# Exercise brief:
Gather every line from the entries below that includes "extrude".

--- Material shown ---

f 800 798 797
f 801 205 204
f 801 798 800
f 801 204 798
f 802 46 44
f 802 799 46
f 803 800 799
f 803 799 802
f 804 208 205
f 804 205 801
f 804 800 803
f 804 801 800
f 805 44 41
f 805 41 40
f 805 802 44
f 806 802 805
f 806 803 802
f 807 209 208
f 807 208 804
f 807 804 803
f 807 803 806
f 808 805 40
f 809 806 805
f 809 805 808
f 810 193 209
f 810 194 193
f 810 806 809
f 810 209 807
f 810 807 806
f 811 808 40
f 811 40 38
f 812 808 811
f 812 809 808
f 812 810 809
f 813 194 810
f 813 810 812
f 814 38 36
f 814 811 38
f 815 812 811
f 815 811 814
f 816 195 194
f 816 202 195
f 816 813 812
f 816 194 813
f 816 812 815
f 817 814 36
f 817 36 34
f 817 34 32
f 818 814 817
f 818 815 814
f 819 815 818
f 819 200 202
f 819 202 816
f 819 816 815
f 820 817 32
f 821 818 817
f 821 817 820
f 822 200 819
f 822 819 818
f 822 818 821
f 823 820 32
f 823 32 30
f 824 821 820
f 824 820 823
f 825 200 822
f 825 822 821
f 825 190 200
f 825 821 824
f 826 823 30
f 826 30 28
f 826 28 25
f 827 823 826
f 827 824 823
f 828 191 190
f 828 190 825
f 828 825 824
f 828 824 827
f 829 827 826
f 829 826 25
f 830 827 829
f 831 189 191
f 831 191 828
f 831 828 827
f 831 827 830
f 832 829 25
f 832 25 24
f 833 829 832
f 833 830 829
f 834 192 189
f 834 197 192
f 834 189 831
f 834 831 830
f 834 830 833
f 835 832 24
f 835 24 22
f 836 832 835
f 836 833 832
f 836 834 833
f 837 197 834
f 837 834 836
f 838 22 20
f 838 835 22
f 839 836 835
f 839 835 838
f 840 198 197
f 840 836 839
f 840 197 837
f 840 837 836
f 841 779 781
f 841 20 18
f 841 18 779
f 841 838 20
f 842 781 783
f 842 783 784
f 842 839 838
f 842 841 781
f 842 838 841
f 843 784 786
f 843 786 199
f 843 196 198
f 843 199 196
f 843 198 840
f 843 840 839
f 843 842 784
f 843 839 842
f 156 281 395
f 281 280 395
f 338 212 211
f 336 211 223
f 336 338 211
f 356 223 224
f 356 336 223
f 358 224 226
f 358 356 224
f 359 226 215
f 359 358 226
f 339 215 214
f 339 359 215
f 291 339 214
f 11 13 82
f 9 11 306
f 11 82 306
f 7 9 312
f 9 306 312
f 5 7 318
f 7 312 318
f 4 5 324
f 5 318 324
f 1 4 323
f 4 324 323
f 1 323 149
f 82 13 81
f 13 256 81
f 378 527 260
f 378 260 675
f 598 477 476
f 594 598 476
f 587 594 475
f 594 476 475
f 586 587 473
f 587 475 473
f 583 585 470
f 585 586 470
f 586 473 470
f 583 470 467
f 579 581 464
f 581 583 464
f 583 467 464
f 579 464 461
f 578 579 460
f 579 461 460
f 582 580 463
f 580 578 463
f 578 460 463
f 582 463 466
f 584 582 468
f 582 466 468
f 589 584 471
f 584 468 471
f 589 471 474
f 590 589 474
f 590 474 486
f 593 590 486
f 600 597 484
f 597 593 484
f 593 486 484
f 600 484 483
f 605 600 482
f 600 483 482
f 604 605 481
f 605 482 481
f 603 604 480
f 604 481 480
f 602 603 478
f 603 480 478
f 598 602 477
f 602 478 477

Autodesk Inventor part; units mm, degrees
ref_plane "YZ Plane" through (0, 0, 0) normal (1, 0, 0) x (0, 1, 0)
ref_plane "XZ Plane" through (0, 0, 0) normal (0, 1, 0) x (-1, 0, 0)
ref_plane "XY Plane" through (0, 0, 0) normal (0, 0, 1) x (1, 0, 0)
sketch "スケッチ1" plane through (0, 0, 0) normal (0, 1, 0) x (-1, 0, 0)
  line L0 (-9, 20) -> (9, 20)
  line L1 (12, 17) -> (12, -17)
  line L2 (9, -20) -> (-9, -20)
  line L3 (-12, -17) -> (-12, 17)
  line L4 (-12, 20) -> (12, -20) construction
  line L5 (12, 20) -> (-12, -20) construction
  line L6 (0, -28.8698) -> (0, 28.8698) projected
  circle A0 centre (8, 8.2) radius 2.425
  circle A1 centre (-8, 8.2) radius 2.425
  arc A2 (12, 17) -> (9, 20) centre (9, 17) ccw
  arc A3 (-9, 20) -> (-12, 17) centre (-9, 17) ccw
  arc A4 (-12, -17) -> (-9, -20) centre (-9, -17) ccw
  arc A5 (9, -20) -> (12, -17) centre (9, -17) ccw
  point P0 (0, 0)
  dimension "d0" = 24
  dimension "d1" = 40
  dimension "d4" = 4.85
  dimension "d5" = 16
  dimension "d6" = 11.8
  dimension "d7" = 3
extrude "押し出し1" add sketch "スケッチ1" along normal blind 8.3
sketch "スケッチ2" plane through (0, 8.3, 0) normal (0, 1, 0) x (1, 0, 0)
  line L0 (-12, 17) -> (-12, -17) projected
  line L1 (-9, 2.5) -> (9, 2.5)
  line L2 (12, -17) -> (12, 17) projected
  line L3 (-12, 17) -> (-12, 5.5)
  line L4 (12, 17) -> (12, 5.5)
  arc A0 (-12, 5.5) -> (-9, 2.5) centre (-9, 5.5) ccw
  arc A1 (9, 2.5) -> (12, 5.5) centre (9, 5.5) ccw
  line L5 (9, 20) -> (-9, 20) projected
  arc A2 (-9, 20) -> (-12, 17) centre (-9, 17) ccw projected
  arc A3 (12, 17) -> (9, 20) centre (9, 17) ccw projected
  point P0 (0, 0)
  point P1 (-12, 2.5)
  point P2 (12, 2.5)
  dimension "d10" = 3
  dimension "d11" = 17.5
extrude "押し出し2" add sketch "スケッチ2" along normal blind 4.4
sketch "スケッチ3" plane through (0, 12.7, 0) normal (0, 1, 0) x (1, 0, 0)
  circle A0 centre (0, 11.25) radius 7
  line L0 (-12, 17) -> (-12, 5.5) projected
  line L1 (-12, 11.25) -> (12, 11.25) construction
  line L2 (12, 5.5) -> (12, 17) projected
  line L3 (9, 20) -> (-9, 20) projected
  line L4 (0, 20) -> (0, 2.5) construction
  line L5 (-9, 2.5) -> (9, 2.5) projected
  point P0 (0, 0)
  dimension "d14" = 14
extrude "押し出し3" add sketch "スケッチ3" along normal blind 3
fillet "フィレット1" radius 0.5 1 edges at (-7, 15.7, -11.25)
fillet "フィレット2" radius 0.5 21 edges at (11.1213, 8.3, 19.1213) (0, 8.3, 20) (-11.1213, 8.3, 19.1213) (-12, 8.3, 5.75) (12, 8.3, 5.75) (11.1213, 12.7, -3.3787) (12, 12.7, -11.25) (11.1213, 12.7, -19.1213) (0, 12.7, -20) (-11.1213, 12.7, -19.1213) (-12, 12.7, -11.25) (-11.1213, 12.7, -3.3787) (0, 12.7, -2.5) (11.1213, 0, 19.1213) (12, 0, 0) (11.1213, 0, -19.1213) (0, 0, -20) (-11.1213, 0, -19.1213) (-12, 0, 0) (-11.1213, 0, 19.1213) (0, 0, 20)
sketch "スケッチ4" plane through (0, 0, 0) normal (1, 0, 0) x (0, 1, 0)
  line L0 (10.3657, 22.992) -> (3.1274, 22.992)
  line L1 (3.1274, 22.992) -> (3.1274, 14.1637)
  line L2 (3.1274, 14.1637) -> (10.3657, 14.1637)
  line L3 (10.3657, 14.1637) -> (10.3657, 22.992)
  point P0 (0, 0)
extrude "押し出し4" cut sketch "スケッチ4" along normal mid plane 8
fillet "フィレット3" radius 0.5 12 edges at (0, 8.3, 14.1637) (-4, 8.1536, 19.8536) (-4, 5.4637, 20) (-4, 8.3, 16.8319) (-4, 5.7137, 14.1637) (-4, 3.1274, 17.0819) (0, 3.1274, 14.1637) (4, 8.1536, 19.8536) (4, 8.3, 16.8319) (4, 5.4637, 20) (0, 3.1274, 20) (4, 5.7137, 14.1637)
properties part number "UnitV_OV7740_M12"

---

# Written reply:
extrude "押し出し1" add sketch "スケッチ1" along normal blind 8.3
extrude "押し出し2" add sketch "スケッチ2" along normal blind 4.4
extrude "押し出し3" add sketch "スケッチ3" along normal blind 3
extrude "押し出し4" cut sketch "スケッチ4" along normal mid plane 8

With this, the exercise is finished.